How much do we know about ai?
The answer, when it comes to the big language models that companies like OpenAI, Google, and Meta have released over the past year: basically nothing.
These companies generally do not publish information about what data was used to train their models or what hardware they use to run them. There are no user manuals for ai systems, nor a list of everything these systems are capable of, or what kind of security tests have been performed on them. And although some ai models have been made open source (meaning their code is given away), the public still doesn’t know much about the creation process or what happens after they are released.
This week, Stanford researchers are introducing a scoring system that they hope will change all that.
The system, known as the Core Model Transparency Index, rates 10 major ai language models, sometimes called “core models,” based on their transparency.
Included in the index are popular models such as OpenAI’s GPT-4 (which powers the paid version of ChatGPT), Google’s PaLM 2 (which powers Bard), and Meta’s LLaMA 2. It also includes lesser-known models like Amazon’s Titan and Inflection-ai from Inflection. 1, the model that powers the Pi chatbot.
To come up with the rankings, researchers evaluated each model based on 100 criteria, including whether its manufacturer disclosed the sources of its training data, information about the hardware it used, the labor involved in its training and other details. The ratings also include information about the labor and data used to produce the model itself, along with what researchers call “later indicators,” which have to do with how a model is used after it is released. (For example, a question asked is: “Does the developer disclose his or her protocols for storing, accessing, and sharing user data?”)
The most transparent model of the 10, according to the researchers, was the LLaMA 2, with a score of 53 percent. GPT-4 received the third highest transparency score, 47 percent. And PaLM 2 received only 37 percent.
Percy Liang, who directs Stanford’s Foundation Models Research Center, characterized the project as a necessary response to declining transparency in the ai industry. As money pours into ai and the biggest tech companies fight for dominance, he said, the recent trend among many companies has been to shroud themselves in secrecy.
“Three years ago, people were posting and divulging more details about their models,” Liang said. “Now there is no information about what these models are, how they are built and where they are used.”
Transparency is particularly important now, as models become more powerful and millions of people incorporate ai tools into their daily lives. Knowing more about how these systems work would give regulators, researchers and users a better understanding of what they are dealing with and allow them to ask better questions of the companies behind the models.
“There are some pretty momentous decisions being made about the construction of these models, which are not shared,” Mr. Liang said.
I usually hear one of three common responses from ai executives when I ask them why they don’t publicly share more information about their models.
The first is the trials. Several ai companies have already been sued by authors, artists and media companies, accusing them of illegally using copyrighted works to train their ai models. Until now, most lawsuits have targeted open source ai projects or projects that revealed detailed information about their models. (After all, it’s hard to sue a company for ingesting your art if you don’t know what artwork it ingested.) Lawyers for ai companies worry that the more they say about how their models are built, the more they open themselves up to costly and disruptive litigation.
The second common answer is competition. Most ai companies believe their models work because they have some kind of secret sauce: a high-quality data set that other companies don’t have, a tuning technique that produces better results, some optimization that gives them an advantage. If ai companies are forced to reveal these recipes, they argue, they are forced to hand over their hard-earned wisdom to their rivals, who can easily copy them.
The third answer I often hear is safety. Some ai experts have argued that the more information ai companies reveal about their models, the faster ai progress will accelerate, because each company will see what all its rivals are doing and immediately try to surpass them by building better, faster technology. bigger and faster. model.
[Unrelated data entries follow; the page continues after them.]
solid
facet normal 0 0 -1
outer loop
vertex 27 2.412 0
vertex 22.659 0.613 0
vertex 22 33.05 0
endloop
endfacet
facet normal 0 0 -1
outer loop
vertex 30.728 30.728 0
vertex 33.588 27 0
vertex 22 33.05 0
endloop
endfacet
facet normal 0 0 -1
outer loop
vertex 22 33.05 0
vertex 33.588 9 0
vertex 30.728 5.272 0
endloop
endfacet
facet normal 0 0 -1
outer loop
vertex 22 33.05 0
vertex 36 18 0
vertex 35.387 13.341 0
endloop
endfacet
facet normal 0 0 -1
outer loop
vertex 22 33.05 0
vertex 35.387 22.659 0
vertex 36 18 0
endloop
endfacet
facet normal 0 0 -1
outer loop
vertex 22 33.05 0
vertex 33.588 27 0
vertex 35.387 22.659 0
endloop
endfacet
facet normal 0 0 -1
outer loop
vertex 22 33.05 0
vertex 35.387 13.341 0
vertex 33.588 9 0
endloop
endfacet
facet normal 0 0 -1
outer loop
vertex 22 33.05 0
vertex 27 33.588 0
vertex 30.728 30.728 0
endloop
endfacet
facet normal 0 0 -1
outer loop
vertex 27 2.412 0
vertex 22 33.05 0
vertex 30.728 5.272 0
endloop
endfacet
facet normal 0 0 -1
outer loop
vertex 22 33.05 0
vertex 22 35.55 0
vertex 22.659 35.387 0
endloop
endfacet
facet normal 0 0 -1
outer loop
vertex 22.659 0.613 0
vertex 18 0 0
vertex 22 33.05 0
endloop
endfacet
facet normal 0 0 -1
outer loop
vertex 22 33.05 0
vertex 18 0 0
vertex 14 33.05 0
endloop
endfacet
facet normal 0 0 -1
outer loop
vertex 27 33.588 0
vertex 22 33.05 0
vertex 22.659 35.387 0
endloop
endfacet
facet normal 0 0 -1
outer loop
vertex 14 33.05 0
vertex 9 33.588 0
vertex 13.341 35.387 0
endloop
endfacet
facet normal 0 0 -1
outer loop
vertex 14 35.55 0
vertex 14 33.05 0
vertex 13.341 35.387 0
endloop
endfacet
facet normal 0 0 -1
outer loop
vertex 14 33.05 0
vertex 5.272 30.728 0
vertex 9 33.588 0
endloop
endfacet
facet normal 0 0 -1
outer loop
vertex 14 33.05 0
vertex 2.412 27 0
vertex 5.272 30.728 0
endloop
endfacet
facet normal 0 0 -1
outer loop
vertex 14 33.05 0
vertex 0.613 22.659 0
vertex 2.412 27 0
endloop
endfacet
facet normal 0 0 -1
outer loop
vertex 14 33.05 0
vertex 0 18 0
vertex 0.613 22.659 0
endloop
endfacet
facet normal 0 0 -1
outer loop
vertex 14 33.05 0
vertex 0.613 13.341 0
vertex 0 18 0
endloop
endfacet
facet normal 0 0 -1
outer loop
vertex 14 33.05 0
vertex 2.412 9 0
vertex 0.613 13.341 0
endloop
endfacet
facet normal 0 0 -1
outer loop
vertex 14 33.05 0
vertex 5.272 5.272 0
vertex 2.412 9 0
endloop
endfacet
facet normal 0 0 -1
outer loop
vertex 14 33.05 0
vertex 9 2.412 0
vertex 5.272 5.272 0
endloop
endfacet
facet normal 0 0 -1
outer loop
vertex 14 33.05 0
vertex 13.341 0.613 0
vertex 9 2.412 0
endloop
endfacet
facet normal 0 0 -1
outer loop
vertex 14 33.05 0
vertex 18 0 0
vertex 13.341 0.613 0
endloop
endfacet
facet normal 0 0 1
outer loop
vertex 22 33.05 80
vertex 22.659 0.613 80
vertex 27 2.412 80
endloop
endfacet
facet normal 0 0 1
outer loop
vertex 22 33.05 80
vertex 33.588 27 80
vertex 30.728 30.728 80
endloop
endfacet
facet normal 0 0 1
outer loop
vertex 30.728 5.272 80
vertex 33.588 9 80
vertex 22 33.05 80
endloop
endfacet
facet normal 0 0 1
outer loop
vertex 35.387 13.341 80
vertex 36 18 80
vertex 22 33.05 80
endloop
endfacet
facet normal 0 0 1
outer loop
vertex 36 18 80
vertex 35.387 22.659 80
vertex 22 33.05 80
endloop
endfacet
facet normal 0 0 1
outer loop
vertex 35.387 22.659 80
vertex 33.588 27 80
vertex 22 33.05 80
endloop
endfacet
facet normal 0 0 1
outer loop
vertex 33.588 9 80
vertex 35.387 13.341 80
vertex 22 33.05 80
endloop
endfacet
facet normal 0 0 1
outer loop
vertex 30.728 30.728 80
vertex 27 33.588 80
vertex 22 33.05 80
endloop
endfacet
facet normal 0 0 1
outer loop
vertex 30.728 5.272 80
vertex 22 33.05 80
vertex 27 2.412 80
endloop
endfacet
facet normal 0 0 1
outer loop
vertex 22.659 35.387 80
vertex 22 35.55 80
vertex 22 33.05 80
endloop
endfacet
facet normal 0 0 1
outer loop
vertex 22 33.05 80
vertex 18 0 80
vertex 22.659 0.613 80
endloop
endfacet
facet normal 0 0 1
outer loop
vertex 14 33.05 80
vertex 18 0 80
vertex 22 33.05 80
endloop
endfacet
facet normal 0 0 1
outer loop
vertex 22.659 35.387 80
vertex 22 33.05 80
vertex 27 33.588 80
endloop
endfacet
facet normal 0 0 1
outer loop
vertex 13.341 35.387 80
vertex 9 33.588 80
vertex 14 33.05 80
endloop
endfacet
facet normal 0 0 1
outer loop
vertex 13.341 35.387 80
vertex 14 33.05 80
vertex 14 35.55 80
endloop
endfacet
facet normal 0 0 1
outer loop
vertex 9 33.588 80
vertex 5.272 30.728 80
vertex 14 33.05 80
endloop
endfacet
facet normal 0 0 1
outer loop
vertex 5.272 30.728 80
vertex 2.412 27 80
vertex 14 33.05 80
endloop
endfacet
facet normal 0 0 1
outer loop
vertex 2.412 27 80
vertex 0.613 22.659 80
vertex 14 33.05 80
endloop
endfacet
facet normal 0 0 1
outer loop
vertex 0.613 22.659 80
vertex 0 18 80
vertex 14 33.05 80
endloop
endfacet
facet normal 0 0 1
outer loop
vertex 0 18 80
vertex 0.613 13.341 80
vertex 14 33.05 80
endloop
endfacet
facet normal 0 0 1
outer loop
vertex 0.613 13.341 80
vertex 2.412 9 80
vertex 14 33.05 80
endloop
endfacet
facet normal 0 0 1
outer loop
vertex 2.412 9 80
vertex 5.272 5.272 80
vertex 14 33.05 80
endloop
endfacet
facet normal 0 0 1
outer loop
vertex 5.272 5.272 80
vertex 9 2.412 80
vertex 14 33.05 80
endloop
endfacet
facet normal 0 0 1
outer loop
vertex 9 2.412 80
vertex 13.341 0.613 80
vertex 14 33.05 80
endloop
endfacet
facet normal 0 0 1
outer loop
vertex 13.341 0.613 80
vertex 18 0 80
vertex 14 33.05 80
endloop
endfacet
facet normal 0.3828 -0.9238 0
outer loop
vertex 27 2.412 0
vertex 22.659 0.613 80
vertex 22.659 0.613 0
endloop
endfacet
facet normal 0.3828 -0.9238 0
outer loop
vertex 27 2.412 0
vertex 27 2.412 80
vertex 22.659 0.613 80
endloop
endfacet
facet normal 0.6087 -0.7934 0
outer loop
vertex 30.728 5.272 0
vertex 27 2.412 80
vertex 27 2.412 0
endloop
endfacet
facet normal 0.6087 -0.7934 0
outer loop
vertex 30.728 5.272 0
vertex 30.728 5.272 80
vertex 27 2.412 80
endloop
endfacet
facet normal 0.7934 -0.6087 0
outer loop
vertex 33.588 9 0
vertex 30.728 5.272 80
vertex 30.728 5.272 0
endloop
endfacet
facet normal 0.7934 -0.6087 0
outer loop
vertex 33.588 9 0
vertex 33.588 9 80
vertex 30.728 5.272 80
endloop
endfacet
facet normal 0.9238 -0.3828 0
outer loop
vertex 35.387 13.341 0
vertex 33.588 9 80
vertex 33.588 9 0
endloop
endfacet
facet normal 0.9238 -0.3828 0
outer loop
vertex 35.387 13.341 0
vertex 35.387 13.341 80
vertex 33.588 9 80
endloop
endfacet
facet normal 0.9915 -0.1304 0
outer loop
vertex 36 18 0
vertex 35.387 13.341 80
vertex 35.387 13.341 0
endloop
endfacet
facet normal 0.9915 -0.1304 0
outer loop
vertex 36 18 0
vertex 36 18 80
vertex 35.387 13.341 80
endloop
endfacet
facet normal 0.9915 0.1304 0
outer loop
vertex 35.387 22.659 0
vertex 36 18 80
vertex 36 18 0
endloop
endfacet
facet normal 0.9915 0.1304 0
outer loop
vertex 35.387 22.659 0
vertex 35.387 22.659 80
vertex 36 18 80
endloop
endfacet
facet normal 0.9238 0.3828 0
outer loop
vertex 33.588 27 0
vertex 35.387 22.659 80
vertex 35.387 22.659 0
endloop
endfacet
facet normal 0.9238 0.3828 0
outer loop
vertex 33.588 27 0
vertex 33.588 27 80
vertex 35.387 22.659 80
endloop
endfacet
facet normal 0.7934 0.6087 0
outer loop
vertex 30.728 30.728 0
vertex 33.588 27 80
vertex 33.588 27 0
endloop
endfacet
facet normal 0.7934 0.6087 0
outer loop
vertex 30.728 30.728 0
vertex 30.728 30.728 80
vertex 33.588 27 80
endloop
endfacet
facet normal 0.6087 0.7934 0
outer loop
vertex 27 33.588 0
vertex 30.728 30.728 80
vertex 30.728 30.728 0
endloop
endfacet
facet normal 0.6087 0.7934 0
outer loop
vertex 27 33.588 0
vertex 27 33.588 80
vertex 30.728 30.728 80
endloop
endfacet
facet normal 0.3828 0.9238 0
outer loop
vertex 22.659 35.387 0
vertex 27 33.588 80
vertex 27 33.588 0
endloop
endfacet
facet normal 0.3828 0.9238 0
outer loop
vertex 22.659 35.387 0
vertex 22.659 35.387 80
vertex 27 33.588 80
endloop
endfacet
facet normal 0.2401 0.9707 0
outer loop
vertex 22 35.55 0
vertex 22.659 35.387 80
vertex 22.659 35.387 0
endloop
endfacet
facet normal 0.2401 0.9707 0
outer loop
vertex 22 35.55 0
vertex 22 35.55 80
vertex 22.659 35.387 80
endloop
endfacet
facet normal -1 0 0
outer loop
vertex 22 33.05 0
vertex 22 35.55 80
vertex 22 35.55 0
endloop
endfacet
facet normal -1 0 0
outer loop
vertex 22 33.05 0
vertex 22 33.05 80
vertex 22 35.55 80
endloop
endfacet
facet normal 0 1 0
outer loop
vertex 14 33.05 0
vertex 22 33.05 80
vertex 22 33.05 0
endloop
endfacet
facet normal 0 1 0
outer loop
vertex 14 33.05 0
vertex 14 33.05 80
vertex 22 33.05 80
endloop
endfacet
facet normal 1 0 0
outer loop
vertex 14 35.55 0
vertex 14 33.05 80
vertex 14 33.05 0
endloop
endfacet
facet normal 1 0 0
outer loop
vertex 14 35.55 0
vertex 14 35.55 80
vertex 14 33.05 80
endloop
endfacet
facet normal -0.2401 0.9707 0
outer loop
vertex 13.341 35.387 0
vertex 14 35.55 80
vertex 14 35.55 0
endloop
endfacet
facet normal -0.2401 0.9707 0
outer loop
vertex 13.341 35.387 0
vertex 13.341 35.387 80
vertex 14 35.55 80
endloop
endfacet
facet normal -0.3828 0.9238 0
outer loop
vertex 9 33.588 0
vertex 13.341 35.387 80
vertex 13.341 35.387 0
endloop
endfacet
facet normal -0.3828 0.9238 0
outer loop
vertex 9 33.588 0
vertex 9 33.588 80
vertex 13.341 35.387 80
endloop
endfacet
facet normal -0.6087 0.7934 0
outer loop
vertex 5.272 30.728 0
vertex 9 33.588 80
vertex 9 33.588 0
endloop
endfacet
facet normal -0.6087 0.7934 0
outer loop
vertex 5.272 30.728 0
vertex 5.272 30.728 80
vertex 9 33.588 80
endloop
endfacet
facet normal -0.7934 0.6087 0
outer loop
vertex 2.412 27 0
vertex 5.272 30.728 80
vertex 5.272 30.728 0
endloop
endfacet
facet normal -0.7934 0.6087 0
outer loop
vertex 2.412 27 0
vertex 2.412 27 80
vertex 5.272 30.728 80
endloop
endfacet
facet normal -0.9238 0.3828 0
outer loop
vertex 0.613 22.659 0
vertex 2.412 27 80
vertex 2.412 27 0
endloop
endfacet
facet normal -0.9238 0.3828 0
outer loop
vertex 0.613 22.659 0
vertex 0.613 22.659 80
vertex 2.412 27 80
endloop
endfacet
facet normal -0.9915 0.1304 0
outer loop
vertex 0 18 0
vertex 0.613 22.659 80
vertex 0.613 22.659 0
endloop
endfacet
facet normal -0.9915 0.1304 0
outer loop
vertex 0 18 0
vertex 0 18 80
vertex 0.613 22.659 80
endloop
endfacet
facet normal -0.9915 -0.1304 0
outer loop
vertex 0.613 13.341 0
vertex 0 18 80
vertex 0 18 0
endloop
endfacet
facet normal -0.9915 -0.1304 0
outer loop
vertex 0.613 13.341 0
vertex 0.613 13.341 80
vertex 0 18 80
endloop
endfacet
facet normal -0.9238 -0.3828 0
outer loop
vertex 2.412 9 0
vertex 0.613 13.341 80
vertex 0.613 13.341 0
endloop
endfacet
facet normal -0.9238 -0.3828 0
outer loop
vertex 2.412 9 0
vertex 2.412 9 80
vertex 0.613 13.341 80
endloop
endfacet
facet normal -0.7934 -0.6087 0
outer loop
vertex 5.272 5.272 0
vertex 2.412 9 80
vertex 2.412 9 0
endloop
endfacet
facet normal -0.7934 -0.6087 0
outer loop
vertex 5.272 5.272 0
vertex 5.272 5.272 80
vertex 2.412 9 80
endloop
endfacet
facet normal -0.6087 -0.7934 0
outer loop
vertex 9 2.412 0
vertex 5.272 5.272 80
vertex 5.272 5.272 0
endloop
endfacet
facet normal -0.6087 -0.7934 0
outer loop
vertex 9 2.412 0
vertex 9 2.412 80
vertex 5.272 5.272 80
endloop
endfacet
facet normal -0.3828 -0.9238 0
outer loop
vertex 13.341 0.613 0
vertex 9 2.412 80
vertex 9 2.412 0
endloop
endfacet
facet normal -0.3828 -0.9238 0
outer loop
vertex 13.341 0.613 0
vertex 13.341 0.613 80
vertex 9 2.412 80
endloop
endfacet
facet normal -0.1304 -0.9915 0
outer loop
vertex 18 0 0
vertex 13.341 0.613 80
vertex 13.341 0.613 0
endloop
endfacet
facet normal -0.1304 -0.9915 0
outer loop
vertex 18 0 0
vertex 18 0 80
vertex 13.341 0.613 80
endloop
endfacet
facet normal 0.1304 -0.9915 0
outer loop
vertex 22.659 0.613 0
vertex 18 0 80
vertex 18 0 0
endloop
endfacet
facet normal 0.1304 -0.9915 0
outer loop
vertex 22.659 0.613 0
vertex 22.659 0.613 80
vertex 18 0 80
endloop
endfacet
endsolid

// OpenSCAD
$fn = 32;

// ----------------------------------------------------------------------
// Keyway shaft: d36 shaft, key 8 x 2.5 mm
// ----------------------------------------------------------------------

// --- parameters (mm) ---
shaft_r = 18;             // shaft radius
key_w = 8;                // keyway width
key_d = 2.5;              // keyway depth below the surface line
plate_t = 80;             // shaft length, Z (extrusion height)

shaft_d = 2 * shaft_r;  // shaft diameter
circle_step = 15;  // polygon sampling step, degrees

profile = [[13.341, 35.387], [9, 33.588], [5.272, 30.728], [2.412, 27], [0.613, 22.659], [0, 18], [0.613, 13.341], [2.412, 9], [5.272, 5.272], [9, 2.412], [13.341, 0.613], [18, 0], [22.659, 0.613], [27, 2.412], [30.728, 5.272], [33.588, 9], [35.387, 13.341], [36, 18], [35.387, 22.659], [33.588, 27], [30.728, 30.728], [27, 33.588], [22.659, 35.387], [22, 35.55], [22, 33.05], [14, 33.05], [14, 35.55]];  // primary outline, 27 points, counter clockwise

// --- the one profile operation ---
linear_extrude(height = plate_t) polygon(points = profile);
That will give society less time to regulate and slow down ai, these people say, which could put us all in danger if ai becomes too capable, too fast.
Stanford researchers don’t believe those explanations. They believe ai companies should be pressured to publish as much information as possible about powerful models, because users, researchers and regulators need to be aware of how these models work, what their limitations are, and how dangerous they can be.
“As the impact of this technology increases, transparency decreases,” said Rishi Bommasani, one of the researchers.
I agree. The basic models are too powerful to remain so opaque, and the more we know about these systems, the more we can understand the threats they may pose, the benefits they may generate, or how they might be regulated.
If ai executives are worried about lawsuits, perhaps they should fight for a fair use exemption that protects their ability to use copyrighted information to train their models, rather than hiding the evidence. If they are concerned about revealing trade secrets to rivals, they can reveal other types of information or protect their ideas with patents. And if you’re worried about starting an ai arms race… well, aren’t we already in one?
We can’t have an ai revolution in the dark. We need to see inside the black boxes of ai, if we want to let it transform our lives.